Figure 1 shows the near-term hydrogen production cost versus electricity price [25]. With the price of renewable electricity between 30 to 40 USD/MWh in the long-term, H2 production cost would be between 2 to 3.5 USD/kg H2, which is promising. The CapEx for electrolyzer is assumed to be 900 USD/kWe. The full load hours (FLH) of about 4000 h and two different electrolyzer capacity factors of 30% and 70% are considered [25]. Negative electricity prices reflect local intermittent excess production (extrapolated from the original data). Intermittent renewable energy will become inexpensive and abundant, triggering transformations of the energy and industrial sectors. Availability of inexpensive intermittent energy will increase the inherent value of low-energy-density feedstocks, including CO2.
Electrical power generation from renewable resources is becoming more economically competitive with hydrocarbon resources. Figure 2 shows the unsubsidized levelized cost of electricity (LCOE) produced from various sources including solar, wind, gas-combined cycle, and gas peaker power plants. The economic price of electricity produced from solar sources and wind sources decreased by 89% and 70%, respectively, from 2009 to 2019. The ongoing trend of electricity cost reduction is forecast to continue well into the future, supporting usage of green hydrogen as a viable energy carrier. Because of the ongoing declining economic cost trend, hydrogen will be able to be produced economically in several regions of the world with abundant solar and wind resources (Figure 3).
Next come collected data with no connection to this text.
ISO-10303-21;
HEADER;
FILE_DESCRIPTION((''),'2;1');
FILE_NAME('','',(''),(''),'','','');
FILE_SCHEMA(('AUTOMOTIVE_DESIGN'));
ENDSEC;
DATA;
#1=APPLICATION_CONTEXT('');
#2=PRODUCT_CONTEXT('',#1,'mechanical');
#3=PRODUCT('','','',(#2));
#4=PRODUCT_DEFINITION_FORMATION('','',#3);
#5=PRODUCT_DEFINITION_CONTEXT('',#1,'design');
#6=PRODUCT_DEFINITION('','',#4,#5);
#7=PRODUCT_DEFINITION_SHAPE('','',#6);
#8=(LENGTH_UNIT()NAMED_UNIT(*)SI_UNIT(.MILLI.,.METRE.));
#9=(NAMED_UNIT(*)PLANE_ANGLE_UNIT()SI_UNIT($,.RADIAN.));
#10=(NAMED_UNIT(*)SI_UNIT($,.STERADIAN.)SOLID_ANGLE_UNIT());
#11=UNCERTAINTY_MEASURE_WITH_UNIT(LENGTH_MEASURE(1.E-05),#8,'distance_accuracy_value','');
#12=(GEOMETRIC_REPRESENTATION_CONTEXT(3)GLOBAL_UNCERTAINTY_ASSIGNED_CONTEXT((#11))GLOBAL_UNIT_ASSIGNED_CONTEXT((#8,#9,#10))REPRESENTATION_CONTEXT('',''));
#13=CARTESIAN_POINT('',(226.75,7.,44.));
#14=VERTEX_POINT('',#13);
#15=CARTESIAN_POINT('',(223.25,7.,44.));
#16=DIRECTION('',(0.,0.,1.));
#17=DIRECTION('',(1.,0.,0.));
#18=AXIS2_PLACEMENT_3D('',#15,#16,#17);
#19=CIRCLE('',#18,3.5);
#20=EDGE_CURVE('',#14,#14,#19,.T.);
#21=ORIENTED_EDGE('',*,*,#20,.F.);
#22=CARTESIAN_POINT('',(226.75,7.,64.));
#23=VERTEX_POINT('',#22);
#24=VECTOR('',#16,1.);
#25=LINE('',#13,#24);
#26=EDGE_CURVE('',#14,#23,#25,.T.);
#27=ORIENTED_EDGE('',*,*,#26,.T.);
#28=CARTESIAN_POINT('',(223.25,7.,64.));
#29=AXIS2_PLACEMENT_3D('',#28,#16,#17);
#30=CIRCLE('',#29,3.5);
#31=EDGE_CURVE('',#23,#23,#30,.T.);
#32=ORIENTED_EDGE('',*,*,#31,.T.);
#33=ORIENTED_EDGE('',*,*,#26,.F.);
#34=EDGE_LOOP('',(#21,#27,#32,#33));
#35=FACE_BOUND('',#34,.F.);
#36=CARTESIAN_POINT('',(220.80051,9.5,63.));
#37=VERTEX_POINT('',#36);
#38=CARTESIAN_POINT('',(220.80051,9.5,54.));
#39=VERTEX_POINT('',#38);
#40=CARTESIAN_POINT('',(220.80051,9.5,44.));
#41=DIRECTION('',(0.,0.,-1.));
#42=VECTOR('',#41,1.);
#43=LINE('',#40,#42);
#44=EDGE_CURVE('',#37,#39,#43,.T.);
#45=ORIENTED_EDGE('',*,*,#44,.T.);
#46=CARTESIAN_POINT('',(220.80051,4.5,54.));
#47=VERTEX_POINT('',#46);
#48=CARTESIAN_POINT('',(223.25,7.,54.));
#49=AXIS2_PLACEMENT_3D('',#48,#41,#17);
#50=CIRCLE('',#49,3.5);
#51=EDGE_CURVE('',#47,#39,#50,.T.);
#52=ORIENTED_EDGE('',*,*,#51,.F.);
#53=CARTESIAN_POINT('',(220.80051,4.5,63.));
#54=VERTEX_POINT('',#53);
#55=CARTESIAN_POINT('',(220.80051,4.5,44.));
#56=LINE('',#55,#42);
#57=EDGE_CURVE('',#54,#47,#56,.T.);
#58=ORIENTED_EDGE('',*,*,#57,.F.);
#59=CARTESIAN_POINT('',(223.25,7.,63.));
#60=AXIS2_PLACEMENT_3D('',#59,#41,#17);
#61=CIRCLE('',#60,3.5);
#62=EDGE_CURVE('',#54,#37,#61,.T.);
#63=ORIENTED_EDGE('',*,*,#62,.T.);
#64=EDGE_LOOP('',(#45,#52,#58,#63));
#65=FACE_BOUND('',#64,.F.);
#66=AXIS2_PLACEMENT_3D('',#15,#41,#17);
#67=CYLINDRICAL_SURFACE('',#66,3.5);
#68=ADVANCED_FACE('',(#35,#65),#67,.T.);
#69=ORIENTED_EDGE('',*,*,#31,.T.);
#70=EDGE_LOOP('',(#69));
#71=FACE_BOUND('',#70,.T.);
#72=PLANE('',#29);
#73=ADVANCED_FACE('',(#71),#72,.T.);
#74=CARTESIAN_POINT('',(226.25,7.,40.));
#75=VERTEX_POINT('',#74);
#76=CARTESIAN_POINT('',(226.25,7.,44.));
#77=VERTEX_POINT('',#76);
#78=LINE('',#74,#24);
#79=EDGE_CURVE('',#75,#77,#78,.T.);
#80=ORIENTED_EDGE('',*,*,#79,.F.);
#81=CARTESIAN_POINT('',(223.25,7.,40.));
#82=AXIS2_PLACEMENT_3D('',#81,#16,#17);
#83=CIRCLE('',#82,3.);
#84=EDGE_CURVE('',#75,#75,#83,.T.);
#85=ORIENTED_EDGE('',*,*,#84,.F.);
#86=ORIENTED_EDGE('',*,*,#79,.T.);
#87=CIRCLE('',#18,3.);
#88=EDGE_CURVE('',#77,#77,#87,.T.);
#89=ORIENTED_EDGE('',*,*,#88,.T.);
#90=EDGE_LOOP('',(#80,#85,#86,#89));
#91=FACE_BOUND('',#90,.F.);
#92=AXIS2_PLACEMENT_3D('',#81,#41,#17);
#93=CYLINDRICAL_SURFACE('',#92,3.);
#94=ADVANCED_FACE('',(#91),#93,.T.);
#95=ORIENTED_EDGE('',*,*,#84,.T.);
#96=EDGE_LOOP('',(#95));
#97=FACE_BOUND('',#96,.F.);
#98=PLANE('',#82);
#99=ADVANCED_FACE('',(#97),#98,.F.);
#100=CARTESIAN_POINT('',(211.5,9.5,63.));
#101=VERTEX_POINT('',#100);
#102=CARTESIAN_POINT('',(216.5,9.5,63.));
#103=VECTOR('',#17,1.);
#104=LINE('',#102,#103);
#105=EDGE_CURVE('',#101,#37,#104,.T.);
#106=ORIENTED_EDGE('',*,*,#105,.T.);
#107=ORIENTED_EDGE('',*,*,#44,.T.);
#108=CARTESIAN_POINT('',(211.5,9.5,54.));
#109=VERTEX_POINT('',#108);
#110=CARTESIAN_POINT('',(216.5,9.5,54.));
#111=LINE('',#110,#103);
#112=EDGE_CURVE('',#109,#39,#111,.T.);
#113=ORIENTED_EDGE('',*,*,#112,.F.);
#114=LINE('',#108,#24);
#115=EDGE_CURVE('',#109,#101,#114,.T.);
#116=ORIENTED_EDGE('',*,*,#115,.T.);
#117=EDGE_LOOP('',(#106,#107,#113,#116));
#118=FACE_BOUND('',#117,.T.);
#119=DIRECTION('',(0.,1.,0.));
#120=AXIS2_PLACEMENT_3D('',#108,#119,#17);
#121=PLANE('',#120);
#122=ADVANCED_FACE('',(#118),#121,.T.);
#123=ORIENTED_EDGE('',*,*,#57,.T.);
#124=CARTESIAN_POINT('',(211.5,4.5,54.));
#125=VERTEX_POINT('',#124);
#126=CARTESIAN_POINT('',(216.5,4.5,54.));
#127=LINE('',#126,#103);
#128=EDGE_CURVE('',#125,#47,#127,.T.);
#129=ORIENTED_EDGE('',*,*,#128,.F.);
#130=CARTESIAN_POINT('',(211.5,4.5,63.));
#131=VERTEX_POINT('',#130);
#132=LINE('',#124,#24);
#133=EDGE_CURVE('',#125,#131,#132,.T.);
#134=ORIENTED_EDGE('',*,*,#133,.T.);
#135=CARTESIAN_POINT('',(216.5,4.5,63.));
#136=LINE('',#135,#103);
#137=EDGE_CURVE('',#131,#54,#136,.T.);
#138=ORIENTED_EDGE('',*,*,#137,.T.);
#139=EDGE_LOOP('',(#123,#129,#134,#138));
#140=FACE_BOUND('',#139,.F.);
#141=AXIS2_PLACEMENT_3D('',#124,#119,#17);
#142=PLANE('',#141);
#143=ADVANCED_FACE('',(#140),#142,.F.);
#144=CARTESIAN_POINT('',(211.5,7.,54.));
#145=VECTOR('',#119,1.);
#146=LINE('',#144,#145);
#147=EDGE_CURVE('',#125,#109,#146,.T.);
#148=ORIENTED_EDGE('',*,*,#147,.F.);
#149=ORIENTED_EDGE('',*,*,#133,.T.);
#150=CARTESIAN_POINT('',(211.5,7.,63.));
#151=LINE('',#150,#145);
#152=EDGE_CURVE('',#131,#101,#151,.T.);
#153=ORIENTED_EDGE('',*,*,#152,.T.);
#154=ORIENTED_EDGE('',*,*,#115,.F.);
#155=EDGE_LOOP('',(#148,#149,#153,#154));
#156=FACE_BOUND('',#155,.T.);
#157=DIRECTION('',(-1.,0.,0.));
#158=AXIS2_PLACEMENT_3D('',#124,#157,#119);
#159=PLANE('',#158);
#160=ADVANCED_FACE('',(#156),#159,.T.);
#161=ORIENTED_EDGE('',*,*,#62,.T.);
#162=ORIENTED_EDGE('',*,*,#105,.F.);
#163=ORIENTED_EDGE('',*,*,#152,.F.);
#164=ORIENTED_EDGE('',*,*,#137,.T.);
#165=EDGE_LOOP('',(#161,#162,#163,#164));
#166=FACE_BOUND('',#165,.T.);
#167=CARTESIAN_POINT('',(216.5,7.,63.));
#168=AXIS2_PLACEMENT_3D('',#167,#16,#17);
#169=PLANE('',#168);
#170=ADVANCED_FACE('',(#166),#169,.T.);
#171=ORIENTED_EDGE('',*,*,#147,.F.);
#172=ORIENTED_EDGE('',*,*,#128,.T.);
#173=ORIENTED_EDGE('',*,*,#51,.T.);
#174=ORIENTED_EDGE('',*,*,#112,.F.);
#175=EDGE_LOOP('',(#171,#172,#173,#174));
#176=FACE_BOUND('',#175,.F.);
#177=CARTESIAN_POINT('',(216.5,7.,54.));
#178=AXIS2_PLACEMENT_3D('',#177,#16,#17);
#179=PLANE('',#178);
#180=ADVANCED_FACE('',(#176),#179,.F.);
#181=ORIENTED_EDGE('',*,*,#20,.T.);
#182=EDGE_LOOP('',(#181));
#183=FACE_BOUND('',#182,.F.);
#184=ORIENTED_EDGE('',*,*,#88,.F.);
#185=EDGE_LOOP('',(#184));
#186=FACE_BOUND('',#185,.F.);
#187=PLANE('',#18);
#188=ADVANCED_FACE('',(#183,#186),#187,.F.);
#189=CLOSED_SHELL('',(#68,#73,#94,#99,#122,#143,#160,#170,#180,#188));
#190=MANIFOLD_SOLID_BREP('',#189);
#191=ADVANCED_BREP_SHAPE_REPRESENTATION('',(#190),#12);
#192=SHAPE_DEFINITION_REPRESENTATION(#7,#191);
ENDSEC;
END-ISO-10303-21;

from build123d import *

# Parameters (mm, degrees)
BOX012_W          = 10
BOX012_H          = 5
BOX012_DEPTH      = 9
CYLINDER001_R     = 3
CYLINDER001_DEPTH = 4
CYLINDER_R        = 3.5
CYLINDER_DEPTH    = 20


with BuildPart() as cube010:
    # Box012 → Box012 (new body)
    with BuildSketch(Plane.XY):
        with Locations((5, 2.5)):
            Rectangle(BOX012_W, BOX012_H)
    extrude(amount=BOX012_DEPTH)


with BuildPart() as cylinder001:
    # Cylinder001 → Cylinder001 (new body)
    with BuildSketch(Plane(origin=(11.75, 2.5, -14), x_dir=(1, 0, 0), z_dir=(0, 0, 1))):
        Circle(CYLINDER001_R)
    extrude(amount=CYLINDER001_DEPTH)


with BuildPart() as usb:
    # Cylinder → Cylinder (new body)
    with BuildSketch(Plane(origin=(11.75, 2.5, -10), x_dir=(1, 0, 0), z_dir=(0, 0, 1))):
        Circle(CYLINDER_R)
    extrude(amount=CYLINDER_DEPTH)

    # Fusion001: union Cube010, Cylinder001
    add(cube010.part)
    add(cylinder001.part)


with BuildPart() as usb_1:
    # Fusion001 placement: moved
    add(usb.part.moved(Location((211.5, 4.5, 54))))


solid = usb_1.part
In geographic regions with abundant renewable energy and scarce hydrocarbon resources, local production of synthetic hydrocarbons will be favored over import of hydrocarbons.
Hydrogen production from renewable energy resources is currently considered expensive. Analysis by the International Energy Agency (IEA) projects that overall economic costs of producing H2 from renewable energy sources will decrease by 30% from 2019 to 2030 because of the declining economic costs associated with generating renewable energy as well as H2 production scale-up efficiencies [25].

2.2. Electrolysis

A consequence of the coming shift to renewable energy sources will be increased availability of excess electrical energy, corresponding to an increased global market share of wind and solar energy. Generation of excess wind and solar energy occurs on an intermittent, stochastic basis. The excess production is partially predictable, especially on daily, weekly, or yearly cycles. Localized, intermittent over-production stands to become a permanent feature of wind and solar energy generation. Regional spot markets establish the economic value of electrical energy. When power production exceeds consumption within a defined market, spot prices decrease to balance supply and demand. Periods of excess production often yield negative electricity spot prices. On a stochastic and intermittent basis, excess energy is available to industrial consumers at negligible cost. For instance, on windy nights in continental Europe, industrial energy consumers often earn money by receiving excess energy from regional wind power farms. Substantial scientific research focuses on exploiting excess energy for CO2 conversion [20,26,27,28,29]. Currently, the productivity, selectivity, and efficiency of direct catalytic CO2 conversion is insufficient for industrial applications. Conventional CO2 reduction reactions, such as RWGS, remain promising for industrial-scale CO2 conversion.
Hydrogen is a clean energy carrier with potential to displace fossil fuels in several sectors, such as transportation. Electrolysis is suitable to produce H2 from stochastic, intermittent energy sources. Proton exchange membrane (PEM) units for H2 production can ramp up operations in seconds, in rapid response to changes in energy spot prices. On a mass basis, H2 provides an ideal medium for maximizing the quantity of energy stored in a transportable gas and requires only compression to ensure reliable short-term supply. Electrolysis also produces O2. This essential coproduct can be simultaneously used in diverse processes that require O2 of high purity.
According to a 2014 report to the FCH JU public private EU partnership, the energy efficiency [13] of PEM electrolysis units is forecast to surpass 80% by 2030. In addition, capital costs of PEM electrolysis units are expected to decrease 50% by 2030. The advent of inexpensive and abundant wind and solar energy, driving efficient electrolysis processes, enables intermittent production of H2 and O2, supplying intermediate chemical energy storage in the form of compressed gases. In the past, unviable economics prevented large-scale CO2 conversion processes. The advent of abundant renewable energy improves the near-term economic prospects of CO2 conversion in industrial processes.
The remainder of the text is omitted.